Then I realized that nothing I write or say will solve any problems in this world.

I thought about the three kids, JROTC cadets, who died trying to save their classmates. They're the kind of kids who, if they had had the chance to grow up, would have been the kind of people who run into danger to try and halt its spread, its impact. Then it struck me, they were already that kind of people. I was going to write about them, then I thought, "What about the other 14 who died? What about them?"

Then it struck me, what about the kids who get gunned down everyday in the streets of Chicago, in Detroit, heck, even in Providence here in Little Rhody? Where is the outrage at their deaths? Are their deaths somehow less worthy of note then those folks who were gunned down in Florida? At a school.

Shortly after that church shooting down in Texas, one of the ladies of my church asked me, "Could that happen here? Is there anything we could do to prevent that?"

My first reaction was, "No, can't happen here." The I realized that yes, it could happen here, it can happen anywhere.
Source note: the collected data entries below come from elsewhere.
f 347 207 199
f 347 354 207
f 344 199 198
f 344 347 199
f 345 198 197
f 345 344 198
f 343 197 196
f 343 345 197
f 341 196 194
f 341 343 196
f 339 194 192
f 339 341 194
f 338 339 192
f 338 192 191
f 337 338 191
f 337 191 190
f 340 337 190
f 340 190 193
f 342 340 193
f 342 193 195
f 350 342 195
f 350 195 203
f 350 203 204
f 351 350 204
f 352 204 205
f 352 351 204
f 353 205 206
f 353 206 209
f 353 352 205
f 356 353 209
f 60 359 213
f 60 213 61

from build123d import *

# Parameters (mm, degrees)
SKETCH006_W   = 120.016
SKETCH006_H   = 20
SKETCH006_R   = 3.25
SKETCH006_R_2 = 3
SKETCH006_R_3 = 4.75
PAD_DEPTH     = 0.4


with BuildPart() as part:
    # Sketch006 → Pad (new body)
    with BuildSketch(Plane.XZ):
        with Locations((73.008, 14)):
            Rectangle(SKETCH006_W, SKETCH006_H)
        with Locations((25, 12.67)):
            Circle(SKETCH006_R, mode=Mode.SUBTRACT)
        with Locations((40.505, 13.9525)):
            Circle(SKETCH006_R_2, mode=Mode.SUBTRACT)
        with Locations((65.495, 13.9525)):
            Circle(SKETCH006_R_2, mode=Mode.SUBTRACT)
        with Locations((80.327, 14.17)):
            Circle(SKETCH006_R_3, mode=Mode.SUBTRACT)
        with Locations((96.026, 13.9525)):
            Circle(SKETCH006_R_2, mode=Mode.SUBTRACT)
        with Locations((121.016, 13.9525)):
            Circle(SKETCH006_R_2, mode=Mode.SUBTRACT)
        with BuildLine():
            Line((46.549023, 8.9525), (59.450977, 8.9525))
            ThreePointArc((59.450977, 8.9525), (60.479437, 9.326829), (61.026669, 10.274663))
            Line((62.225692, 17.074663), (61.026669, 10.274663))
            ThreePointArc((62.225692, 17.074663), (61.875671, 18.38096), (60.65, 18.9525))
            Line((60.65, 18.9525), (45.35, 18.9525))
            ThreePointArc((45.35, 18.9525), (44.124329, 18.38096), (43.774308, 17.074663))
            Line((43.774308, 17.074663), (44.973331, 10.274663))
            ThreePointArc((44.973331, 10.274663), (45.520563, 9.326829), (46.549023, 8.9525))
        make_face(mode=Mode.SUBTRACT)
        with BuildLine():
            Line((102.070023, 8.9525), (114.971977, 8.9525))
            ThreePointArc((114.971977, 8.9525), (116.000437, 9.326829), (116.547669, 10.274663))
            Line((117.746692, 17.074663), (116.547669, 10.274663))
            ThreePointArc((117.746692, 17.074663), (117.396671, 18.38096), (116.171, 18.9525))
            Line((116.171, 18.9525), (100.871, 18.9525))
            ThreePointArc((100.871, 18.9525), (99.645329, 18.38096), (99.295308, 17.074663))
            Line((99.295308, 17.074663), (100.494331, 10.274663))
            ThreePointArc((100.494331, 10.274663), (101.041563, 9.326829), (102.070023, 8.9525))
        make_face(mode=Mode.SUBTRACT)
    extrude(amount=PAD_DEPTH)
Like I told her, all we can do is stay alert. Short of having armed guards though, there is no way to prevent such attacks. But having armed guards would only lessen the damage done. In the time it takes to realize that someone is armed and is about to open fire, it's already too late. They are going to get rounds out before a good guy can react.

On the other hand, if they know that there are other armed folks about who will return fire, it might deter them. It might not. It depends on the situation.
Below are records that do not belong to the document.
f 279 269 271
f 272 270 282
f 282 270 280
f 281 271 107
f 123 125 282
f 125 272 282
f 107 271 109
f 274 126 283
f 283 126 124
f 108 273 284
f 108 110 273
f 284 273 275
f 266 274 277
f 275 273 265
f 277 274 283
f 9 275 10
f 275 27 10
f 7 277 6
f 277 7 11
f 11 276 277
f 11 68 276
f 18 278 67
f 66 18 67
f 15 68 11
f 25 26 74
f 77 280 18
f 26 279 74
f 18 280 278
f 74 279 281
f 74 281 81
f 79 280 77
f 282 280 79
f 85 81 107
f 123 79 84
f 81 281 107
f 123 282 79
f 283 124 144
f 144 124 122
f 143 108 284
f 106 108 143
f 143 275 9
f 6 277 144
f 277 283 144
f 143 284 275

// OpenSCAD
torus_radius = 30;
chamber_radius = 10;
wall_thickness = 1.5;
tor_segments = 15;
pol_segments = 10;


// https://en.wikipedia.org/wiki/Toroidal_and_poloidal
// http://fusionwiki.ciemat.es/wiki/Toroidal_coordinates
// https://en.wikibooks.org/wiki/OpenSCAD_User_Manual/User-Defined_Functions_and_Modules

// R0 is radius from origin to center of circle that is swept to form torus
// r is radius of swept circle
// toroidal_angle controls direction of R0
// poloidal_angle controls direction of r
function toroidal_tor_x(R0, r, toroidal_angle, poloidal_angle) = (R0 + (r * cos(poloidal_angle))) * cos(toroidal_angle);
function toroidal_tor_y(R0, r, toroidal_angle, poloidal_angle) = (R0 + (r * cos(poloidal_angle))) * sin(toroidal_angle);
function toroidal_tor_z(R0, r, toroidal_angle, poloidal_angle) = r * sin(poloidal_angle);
The calls for "sensible gun control" always flare up after these shootings. What does that mean?

Not allow felons to have guns? That's already the case, that law is on the books. Hasn't stopped a felon who wants a gun get a gun, has it? Recreational drugs are, for the most part, illegal. Does that prevent people from buying and using them?
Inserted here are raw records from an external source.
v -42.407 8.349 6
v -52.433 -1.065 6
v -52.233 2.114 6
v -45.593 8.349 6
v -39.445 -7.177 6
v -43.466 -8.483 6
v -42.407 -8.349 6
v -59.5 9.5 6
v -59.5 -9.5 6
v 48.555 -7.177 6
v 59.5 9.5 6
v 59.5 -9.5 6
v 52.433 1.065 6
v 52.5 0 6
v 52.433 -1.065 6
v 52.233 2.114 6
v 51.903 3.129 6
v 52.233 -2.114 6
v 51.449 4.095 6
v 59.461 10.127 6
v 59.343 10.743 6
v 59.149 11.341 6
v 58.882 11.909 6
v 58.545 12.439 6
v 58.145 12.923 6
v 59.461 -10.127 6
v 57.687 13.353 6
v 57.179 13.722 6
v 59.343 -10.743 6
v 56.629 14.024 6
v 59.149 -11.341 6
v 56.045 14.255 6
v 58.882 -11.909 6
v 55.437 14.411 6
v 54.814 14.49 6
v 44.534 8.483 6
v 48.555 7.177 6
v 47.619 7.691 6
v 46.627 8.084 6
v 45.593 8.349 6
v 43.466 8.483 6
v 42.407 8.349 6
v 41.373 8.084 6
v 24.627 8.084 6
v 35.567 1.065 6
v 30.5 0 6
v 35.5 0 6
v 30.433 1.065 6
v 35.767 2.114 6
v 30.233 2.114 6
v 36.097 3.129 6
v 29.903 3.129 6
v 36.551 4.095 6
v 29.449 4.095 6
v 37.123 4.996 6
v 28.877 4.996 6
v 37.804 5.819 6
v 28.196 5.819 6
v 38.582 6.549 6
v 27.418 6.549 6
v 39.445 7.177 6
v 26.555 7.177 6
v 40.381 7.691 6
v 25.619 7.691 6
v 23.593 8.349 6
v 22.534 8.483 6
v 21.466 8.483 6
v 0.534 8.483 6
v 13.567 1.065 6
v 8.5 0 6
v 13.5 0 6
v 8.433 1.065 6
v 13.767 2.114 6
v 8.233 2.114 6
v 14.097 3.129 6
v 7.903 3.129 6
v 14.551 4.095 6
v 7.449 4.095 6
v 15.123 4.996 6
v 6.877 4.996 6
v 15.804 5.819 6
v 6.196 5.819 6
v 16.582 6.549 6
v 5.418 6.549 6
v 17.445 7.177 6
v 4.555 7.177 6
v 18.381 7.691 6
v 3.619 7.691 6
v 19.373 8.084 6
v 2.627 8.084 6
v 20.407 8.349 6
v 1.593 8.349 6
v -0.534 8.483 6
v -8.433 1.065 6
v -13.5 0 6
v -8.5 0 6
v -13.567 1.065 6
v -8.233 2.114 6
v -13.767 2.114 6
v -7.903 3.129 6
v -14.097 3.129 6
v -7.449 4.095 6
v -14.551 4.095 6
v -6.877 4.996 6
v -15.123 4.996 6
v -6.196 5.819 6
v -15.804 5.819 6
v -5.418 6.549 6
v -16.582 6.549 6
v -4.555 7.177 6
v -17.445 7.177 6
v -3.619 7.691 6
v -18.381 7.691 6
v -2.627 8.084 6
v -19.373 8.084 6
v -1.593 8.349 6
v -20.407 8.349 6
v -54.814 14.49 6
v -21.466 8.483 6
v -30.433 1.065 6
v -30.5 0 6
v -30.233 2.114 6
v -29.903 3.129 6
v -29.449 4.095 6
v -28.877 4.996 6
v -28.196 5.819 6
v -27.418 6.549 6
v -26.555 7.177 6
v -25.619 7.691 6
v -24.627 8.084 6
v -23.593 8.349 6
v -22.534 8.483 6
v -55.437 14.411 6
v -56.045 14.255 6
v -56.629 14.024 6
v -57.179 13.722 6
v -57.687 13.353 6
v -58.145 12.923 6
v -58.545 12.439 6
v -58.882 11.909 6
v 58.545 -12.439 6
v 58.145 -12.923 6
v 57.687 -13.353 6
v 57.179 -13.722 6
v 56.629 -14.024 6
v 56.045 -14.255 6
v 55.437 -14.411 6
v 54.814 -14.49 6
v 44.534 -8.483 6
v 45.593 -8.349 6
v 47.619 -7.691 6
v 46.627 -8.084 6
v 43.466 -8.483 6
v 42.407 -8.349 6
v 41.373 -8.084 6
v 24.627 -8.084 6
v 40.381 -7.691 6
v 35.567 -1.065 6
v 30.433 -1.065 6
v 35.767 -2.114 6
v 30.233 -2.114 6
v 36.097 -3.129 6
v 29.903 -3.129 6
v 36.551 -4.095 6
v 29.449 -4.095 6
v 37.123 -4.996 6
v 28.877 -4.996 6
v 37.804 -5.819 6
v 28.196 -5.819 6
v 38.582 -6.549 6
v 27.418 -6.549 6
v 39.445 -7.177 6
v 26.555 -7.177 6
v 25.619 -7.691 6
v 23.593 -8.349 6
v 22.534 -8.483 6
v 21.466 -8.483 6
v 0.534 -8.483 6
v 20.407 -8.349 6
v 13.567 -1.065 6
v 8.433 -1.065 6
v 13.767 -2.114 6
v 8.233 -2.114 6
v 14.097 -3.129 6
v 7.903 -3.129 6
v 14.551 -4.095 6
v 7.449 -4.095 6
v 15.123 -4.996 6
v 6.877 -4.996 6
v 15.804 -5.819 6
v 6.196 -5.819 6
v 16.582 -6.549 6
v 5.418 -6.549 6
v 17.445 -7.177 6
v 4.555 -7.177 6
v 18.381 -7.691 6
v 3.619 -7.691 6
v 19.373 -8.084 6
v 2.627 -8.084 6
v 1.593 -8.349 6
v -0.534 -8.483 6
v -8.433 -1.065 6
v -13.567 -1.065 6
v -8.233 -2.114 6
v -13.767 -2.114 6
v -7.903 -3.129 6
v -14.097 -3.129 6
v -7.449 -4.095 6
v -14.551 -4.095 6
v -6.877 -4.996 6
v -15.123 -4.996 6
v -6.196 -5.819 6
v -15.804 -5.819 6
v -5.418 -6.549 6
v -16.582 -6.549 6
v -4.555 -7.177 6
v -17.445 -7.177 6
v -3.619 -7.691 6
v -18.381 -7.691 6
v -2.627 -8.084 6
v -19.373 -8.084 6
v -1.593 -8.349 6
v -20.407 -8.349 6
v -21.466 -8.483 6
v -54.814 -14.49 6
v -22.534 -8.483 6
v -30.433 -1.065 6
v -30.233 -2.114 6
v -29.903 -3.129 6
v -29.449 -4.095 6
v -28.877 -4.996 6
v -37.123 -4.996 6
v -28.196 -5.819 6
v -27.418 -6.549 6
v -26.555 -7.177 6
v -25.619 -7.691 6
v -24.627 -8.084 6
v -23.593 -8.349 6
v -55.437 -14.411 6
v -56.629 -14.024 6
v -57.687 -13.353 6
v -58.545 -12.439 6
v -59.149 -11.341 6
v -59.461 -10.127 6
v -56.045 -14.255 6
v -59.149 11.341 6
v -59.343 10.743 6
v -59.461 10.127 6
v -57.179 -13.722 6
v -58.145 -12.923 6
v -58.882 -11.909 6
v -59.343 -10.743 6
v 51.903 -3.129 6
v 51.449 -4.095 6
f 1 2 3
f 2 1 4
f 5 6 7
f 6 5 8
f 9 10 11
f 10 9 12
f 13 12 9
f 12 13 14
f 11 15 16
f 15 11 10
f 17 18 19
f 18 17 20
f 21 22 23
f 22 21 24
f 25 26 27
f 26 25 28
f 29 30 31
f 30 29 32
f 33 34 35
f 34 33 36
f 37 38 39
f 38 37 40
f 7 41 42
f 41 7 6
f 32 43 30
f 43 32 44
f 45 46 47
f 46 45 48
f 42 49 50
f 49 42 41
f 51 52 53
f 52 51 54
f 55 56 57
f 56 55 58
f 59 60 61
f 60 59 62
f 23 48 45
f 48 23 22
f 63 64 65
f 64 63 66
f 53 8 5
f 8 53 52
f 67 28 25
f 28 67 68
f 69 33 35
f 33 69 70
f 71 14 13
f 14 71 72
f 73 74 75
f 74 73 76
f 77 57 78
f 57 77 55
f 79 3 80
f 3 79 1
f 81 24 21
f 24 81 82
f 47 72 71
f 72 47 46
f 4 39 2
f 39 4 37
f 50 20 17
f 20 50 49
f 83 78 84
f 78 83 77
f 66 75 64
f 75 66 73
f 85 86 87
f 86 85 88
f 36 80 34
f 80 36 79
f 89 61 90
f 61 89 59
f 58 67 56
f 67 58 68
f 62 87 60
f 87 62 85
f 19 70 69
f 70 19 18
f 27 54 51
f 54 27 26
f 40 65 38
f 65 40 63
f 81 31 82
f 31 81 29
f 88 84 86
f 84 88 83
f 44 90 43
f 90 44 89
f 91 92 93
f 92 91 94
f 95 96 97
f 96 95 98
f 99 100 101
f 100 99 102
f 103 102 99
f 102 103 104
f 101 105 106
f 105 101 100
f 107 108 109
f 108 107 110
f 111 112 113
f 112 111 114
Driving while intoxicated? Illegal.

Theft? Illegal.

Sure write a new law, that'll fix everything. After the Station Nightclub fire here in Little Rhody, 15 years ago, there was a hue and cry that new laws needed to be passed to prevent such a thing from ever happening again. Those who pointed out that if the existing laws had been enforced then the fire might not have happened were either shouted down or ignored. Would enforcement of the laws already on the books have prevented that tragedy? Maybe. But you can't legislate against stupidity. Like Forrest said, "Stupid is as stupid does."

The world can be a horrid place at times, even here in the U.S. of A. But there are places that are far worse.

I have no answers. I will say one thing, all of the gun control laws currently on the books are unconstitutional for the most part. What's worse is that many of those laws are completely ineffective.

Do I think a person should have some training before owning a firearm? Yes, yes, I do. But who provides that training? One's parents, the military (I had both), the police, the State itself (whatever that means, probably a new bureaucracy which would quickly fill with useless bureaucrats)?

Common sense is really rather rare when you think about it.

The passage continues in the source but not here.